Enabling strict mode is particularly useful during development and testing. It helps to catch errors early on, before they can cause problems in production. By enforcing type checking, strict mode ensures that your tools are used as intended and that the data they receive is valid. This can save you a lot of time and effort in debugging, as you'll be alerted to potential issues immediately. It also promotes good coding practices by encouraging you to define clear parameter types and validate inputs.

However, there are situations where disabling strict mode might be necessary. For example, if you're working with legacy code or integrating with systems that have flexible input requirements, you might need to disable strict mode to avoid compatibility issues. In these cases, it's important to carefully consider the trade-offs and implement other forms of validation to ensure the integrity of your data. The key is to use strict_mode strategically, balancing the need for safety with the need for flexibility.

7. is_enabled: Dynamic Tool Control

Sometimes, you need to enable or disable tools dynamically based on certain conditions. The is_enabled parameter allows you to do just that. It's like a master switch that can turn a tool on or off based on a condition you define. This is incredibly useful for controlling access to tools, implementing feature flags, or managing resources. For example, you might want to disable a tool if a user doesn't have the necessary permissions, or if a certain feature is not yet available. is_enabled gives you the flexibility to manage your tools in a dynamic and responsive way.

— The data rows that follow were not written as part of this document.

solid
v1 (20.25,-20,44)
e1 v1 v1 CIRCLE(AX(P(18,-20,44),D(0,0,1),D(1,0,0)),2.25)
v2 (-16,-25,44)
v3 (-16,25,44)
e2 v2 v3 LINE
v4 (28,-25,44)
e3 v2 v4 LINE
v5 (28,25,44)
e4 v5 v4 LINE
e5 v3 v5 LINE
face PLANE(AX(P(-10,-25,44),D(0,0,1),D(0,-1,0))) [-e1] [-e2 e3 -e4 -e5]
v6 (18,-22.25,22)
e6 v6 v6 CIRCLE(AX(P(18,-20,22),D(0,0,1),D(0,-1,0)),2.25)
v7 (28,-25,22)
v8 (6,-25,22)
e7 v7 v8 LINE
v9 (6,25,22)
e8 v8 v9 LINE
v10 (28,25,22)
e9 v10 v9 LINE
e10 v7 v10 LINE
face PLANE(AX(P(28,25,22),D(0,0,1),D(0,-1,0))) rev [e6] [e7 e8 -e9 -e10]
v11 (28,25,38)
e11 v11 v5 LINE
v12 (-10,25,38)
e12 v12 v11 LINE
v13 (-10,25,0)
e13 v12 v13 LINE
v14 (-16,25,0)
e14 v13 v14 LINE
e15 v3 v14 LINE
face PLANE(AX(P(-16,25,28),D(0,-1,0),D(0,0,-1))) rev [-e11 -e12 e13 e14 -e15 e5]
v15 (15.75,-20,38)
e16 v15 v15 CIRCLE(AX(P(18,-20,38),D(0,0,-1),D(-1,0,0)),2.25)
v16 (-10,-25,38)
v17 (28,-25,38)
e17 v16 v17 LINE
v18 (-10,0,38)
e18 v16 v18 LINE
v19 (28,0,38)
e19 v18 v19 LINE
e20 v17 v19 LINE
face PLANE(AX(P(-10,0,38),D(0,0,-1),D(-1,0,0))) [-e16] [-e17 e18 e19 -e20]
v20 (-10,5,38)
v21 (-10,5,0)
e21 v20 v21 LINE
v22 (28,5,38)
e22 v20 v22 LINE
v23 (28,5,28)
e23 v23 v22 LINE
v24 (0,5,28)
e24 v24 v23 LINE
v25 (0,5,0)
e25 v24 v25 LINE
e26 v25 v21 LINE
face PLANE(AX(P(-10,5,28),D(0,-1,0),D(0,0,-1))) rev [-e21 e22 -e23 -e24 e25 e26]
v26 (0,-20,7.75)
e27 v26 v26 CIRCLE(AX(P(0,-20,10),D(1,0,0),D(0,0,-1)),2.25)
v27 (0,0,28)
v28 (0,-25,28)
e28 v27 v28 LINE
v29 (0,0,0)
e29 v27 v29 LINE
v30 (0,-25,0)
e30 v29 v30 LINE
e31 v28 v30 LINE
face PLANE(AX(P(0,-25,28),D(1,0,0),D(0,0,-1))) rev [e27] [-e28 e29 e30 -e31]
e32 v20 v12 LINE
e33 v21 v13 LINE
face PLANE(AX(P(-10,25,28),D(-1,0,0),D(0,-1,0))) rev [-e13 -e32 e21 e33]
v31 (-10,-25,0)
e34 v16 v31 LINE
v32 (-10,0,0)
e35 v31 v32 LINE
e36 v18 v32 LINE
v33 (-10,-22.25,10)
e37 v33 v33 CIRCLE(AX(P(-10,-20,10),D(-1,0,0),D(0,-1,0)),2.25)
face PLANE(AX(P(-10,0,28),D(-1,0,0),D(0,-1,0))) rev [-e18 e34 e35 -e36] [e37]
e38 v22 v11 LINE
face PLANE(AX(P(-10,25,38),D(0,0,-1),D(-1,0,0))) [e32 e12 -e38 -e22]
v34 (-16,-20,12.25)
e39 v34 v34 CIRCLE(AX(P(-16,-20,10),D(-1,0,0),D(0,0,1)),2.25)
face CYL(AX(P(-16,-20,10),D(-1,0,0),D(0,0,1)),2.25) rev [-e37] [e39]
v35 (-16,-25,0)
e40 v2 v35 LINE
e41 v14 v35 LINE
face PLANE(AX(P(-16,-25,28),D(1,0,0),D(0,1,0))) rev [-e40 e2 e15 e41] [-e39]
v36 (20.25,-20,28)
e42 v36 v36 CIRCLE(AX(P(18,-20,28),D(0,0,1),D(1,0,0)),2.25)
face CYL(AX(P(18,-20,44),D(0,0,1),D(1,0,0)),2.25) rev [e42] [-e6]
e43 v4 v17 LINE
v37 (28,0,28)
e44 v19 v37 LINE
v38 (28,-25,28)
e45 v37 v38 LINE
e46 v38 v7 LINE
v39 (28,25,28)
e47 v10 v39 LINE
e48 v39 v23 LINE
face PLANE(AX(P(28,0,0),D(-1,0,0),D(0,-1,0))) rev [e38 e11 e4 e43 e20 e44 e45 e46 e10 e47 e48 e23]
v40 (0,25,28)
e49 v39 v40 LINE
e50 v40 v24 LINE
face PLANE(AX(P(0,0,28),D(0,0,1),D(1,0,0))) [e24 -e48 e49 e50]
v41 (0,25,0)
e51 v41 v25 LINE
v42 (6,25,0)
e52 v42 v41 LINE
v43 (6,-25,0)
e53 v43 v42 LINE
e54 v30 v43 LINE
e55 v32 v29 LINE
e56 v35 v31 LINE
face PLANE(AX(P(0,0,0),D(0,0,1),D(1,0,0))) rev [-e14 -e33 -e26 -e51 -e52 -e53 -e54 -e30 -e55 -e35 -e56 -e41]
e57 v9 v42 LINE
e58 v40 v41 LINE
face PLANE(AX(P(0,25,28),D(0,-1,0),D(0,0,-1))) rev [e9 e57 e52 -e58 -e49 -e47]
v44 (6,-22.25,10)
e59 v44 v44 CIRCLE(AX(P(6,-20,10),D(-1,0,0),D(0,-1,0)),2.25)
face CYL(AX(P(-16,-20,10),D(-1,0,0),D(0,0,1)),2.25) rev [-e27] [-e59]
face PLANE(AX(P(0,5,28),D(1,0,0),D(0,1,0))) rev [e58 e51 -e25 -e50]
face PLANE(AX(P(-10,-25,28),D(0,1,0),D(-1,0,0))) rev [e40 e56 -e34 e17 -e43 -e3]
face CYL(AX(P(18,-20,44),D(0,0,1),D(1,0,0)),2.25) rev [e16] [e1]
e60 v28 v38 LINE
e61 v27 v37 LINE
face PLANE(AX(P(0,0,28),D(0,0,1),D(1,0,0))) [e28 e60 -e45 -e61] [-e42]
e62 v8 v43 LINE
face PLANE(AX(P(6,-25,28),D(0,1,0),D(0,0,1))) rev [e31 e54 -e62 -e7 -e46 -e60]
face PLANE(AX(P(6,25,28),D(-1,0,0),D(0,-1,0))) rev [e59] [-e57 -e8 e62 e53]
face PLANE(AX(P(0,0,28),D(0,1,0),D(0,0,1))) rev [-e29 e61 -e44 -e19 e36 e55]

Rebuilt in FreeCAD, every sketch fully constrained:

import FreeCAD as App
import Part
import Sketcher

V = App.Vector
Q = App.Units.Quantity

doc = App.newDocument("Part")
params = doc.addObject("Spreadsheet::Sheet", "Params")
for row, (alias, value) in enumerate([
    ("sketch1_width", "10 mm"),
    ("sketch1_width2", "6 mm"),
    ("sketch1_height", "25 mm"),
    ("sketch1_height2", "20 mm"),
    ("pad1_length", "28 mm"),
    ("sketch2_width", "5 mm"),
    ("sketch2_width2", "20 mm"),
    ("sketch2_height", "10 mm"),
    ("sketch2_height2", "6 mm"),
    ("pad2_length", "16 mm"),
    ("sketch3_width", "50 mm"),
    ("sketch3_height", "16 mm"),
    ("pad3_length", "6 mm"),
    ("sketch4_width", "25 mm"),
    ("sketch4_width2", "20 mm"),
    ("sketch4_height", "6 mm"),
    ("sketch4_height2", "10 mm"),
    ("pad4_length", "22 mm"),
    ("sketch5_diameter", "4.5 mm"),
    ("hole_diameter", "4.5 mm"),
    ("hole_depth", "30 mm"),
    ("sketch6_diameter", "4.5 mm"),
    ("hole2_diameter", "4.5 mm"),
    ("hole2_depth", "30 mm"),
], start=1):
    params.set(f"A{row}", alias)
    params.set(f"B{row}", "=" + value)
    params.setAlias(f"B{row}", alias)

body = doc.addObject("PartDesign::Body", "Body")

# Sketch on XY plane
sketch1 = body.newObject("Sketcher::SketchObject", "Sketch")
sketch1.AttachmentSupport = (doc.getObject("XY_Plane"), [""])
sketch1.MapMode = "FlatFace"
sketch1.addGeometry(Part.LineSegment(V(-10, 0, 0), V(0, 0, 0)), False)
sketch1.addGeometry(Part.LineSegment(V(0, 0, 0), V(0, -25, 0)), False)
sketch1.addGeometry(Part.LineSegment(V(0, -25, 0), V(6, -25, 0)), False)
sketch1.addGeometry(Part.LineSegment(V(6, -25, 0), V(6, 25, 0)), False)
sketch1.addGeometry(Part.LineSegment(V(6, 25, 0), V(0, 25, 0)), False)
sketch1.addGeometry(Part.LineSegment(V(0, 25, 0), V(0, 5, 0)), False)
sketch1.addGeometry(Part.LineSegment(V(0, 5, 0), V(-10, 5, 0)), False)
sketch1.addGeometry(Part.LineSegment(V(-10, 5, 0), V(-10, 25, 0)), False)
sketch1.addGeometry(Part.LineSegment(V(-10, 25, 0), V(-16, 25, 0)), False)
sketch1.addGeometry(Part.LineSegment(V(-16, 25, 0), V(-16, -25, 0)), False)
sketch1.addGeometry(Part.LineSegment(V(-16, -25, 0), V(-10, -25, 0)), False)
sketch1.addGeometry(Part.LineSegment(V(-10, -25, 0), V(-10, 0, 0)), False)
sketch1.addConstraint(Sketcher.Constraint("Coincident", 0, 2, 1, 1))
sketch1.addConstraint(Sketcher.Constraint("Coincident", 1, 2, 2, 1))
sketch1.addConstraint(Sketcher.Constraint("Coincident", 2, 2, 3, 1))
sketch1.addConstraint(Sketcher.Constraint("Coincident", 3, 2, 4, 1))
sketch1.addConstraint(Sketcher.Constraint("Coincident", 4, 2, 5, 1))
sketch1.addConstraint(Sketcher.Constraint("Coincident", 5, 2, 6, 1))
sketch1.addConstraint(Sketcher.Constraint("Coincident", 6, 2, 7, 1))
sketch1.addConstraint(Sketcher.Constraint("Coincident", 7, 2, 8, 1))
sketch1.addConstraint(Sketcher.Constraint("Coincident", 8, 2, 9, 1))
sketch1.addConstraint(Sketcher.Constraint("Coincident", 9, 2, 10, 1))
sketch1.addConstraint(Sketcher.Constraint("Coincident", 10, 2, 11, 1))
sketch1.addConstraint(Sketcher.Constraint("Coincident", 11, 2, 0, 1))
sketch1.addConstraint(Sketcher.Constraint("Horizontal", 0))
sketch1.addConstraint(Sketcher.Constraint("Vertical", 1))
sketch1.addConstraint(Sketcher.Constraint("Horizontal", 2))
sketch1.addConstraint(Sketcher.Constraint("Vertical", 3))
sketch1.addConstraint(Sketcher.Constraint("Horizontal", 4))
sketch1.addConstraint(Sketcher.Constraint("Vertical", 5))
sketch1.addConstraint(Sketcher.Constraint("Horizontal", 6))
sketch1.addConstraint(Sketcher.Constraint("Vertical", 7))
sketch1.addConstraint(Sketcher.Constraint("Horizontal", 8))
sketch1.addConstraint(Sketcher.Constraint("Vertical", 9))
sketch1.addConstraint(Sketcher.Constraint("Horizontal", 10))
sketch1.addConstraint(Sketcher.Constraint("Vertical", 11))
sketch1.addConstraint(Sketcher.Constraint("Coincident", 0, 2, -1, 1))
sketch1.addConstraint(Sketcher.Constraint("Symmetric", 1, 2, 4, 2, -1, 1))
sketch1.addConstraint(Sketcher.Constraint("Symmetric", 7, 2, 10, 2, -1))
sketch1.addConstraint(Sketcher.Constraint("Horizontal", 4, 2, 7, 2))
sketch1.addConstraint(Sketcher.Constraint("Equal", 4, 8))
sketch1.addConstraint(Sketcher.Constraint("DistanceX", 0, 1, 0, 2, Q("10 mm")))
sketch1.addConstraint(Sketcher.Constraint("DistanceX", 2, 1, 2, 2, Q("6 mm")))
sketch1.addConstraint(Sketcher.Constraint("DistanceY", 1, 2, 1, 1, Q("25 mm")))
sketch1.addConstraint(Sketcher.Constraint("DistanceY", 5, 2, 5, 1, Q("20 mm")))
sketch1.setExpression("Constraints[29]", "Params.sketch1_width")
sketch1.setExpression("Constraints[30]", "Params.sketch1_width2")
sketch1.setExpression("Constraints[31]", "Params.sketch1_height")
sketch1.setExpression("Constraints[32]", "Params.sketch1_height2")
pad1 = body.newObject("PartDesign::Pad", "Pad")
pad1.Profile = sketch1
pad1.setExpression("Length", "Params.pad1_length")

# Sketch on YZ plane
sketch2 = body.newObject("Sketcher::SketchObject", "Sketch001")
sketch2.AttachmentSupport = (doc.getObject("YZ_Plane"), [""])
sketch2.MapMode = "FlatFace"
sketch2.AttachmentOffset = App.Placement(V(0, 0, 6), App.Rotation())
sketch2.addGeometry(Part.LineSegment(V(0, 38, 0), V(0, 28, 0)), False)
sketch2.addGeometry(Part.LineSegment(V(0, 28, 0), V(5, 28, 0)), False)
sketch2.addGeometry(Part.LineSegment(V(5, 28, 0), V(5, 38, 0)), False)
sketch2.addGeometry(Part.LineSegment(V(5, 38, 0), V(25, 38, 0)), False)
sketch2.addGeometry(Part.LineSegment(V(25, 38, 0), V(25, 44, 0)), False)
sketch2.addGeometry(Part.LineSegment(V(25, 44, 0), V(-25, 44, 0)), False)
sketch2.addGeometry(Part.LineSegment(V(-25, 44, 0), V(-25, 38, 0)), False)
sketch2.addGeometry(Part.LineSegment(V(-25, 38, 0), V(0, 38, 0)), False)
sketch2.addConstraint(Sketcher.Constraint("Coincident", 0, 2, 1, 1))
sketch2.addConstraint(Sketcher.Constraint("Coincident", 1, 2, 2, 1))
sketch2.addConstraint(Sketcher.Constraint("Coincident", 2, 2, 3, 1))
sketch2.addConstraint(Sketcher.Constraint("Coincident", 3, 2, 4, 1))
sketch2.addConstraint(Sketcher.Constraint("Coincident", 4, 2, 5, 1))
sketch2.addConstraint(Sketcher.Constraint("Coincident", 5, 2, 6, 1))
sketch2.addConstraint(Sketcher.Constraint("Coincident", 6, 2, 7, 1))
sketch2.addConstraint(Sketcher.Constraint("Coincident", 7, 2, 0, 1))
sketch2.addConstraint(Sketcher.Constraint("Vertical", 0))
sketch2.addConstraint(Sketcher.Constraint("Horizontal", 1))
sketch2.addConstraint(Sketcher.Constraint("Vertical", 2))
sketch2.addConstraint(Sketcher.Constraint("Horizontal", 3))
sketch2.addConstraint(Sketcher.Constraint("Vertical", 4))
sketch2.addConstraint(Sketcher.Constraint("Horizontal", 5))
sketch2.addConstraint(Sketcher.Constraint("Vertical", 6))
sketch2.addConstraint(Sketcher.Constraint("Horizontal", 7))
sketch2.addConstraint(Sketcher.Constraint("Symmetric", 3, 2, 6, 2, -2))
sketch2.addConstraint(Sketcher.Constraint("PointOnObject", 0, 2, -2))
sketch2.addConstraint(Sketcher.Constraint("DistanceX", 1, 1, 1, 2, Q("5 mm")))
sketch2.addConstraint(Sketcher.Constraint("DistanceX", 3, 1, 3, 2, Q("20 mm")))
sketch2.addConstraint(Sketcher.Constraint("DistanceY", 0, 2, 0, 1, Q("10 mm")))
sketch2.addConstraint(Sketcher.Constraint("DistanceY", 4, 1, 4, 2, Q("6 mm")))
sketch2.addConstraint(Sketcher.Constraint("DistanceY", -1, 1, 0, 2, Q("28 mm")))
sketch2.setExpression("Constraints[18]", "Params.sketch2_width")
sketch2.setExpression("Constraints[19]", "Params.sketch2_width2")
sketch2.setExpression("Constraints[20]", "Params.sketch2_height")
sketch2.setExpression("Constraints[21]", "Params.sketch2_height2")
pad2 = body.newObject("PartDesign::Pad", "Pad001")
pad2.Profile = sketch2
pad2.setExpression("Length", "Params.pad2_length")
pad2.Reversed = True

Using is_enabled can also help you optimize resource usage. For example, if you have a tool that consumes a lot of resources, you might want to disable it when it's not needed. This can help to reduce costs and improve the performance of your system. Similarly, you can use is_enabled to implement A/B testing, where you enable a tool for a subset of users to test its effectiveness before rolling it out to everyone. This allows you to gather data and make informed decisions about which tools to enable and when.

Moreover, the dynamic control provided by is_enabled can enhance the security of your application. By disabling tools that are not needed, you reduce the attack surface and make it harder for attackers to exploit vulnerabilities. For instance, you might disable a tool that's used for administrative tasks when it's not being used, preventing unauthorized access. This proactive approach to security can significantly improve the overall resilience of your system.

Conclusion: Leveling Up Our Documentation

Adding these examples will provide developers with a comprehensive and easy-to-understand guide for configuring their tools. It's all about making the SDK more accessible and user-friendly. By diving deep into each parameter of @function_tool, we're empowering our users to build better, more robust tools. So, let's get these examples added and make our documentation shine! Remember, clear documentation leads to happy developers and successful projects. Let's make it happen, guys! This detailed approach will not only enhance the user experience but also promote better coding practices and a deeper understanding of the OpenAI SDK. By providing real-world examples and clear explanations, we can empower developers to create more sophisticated and effective applications. The future of AI tool development is bright, and with comprehensive documentation, we can ensure that everyone has the resources they need to succeed.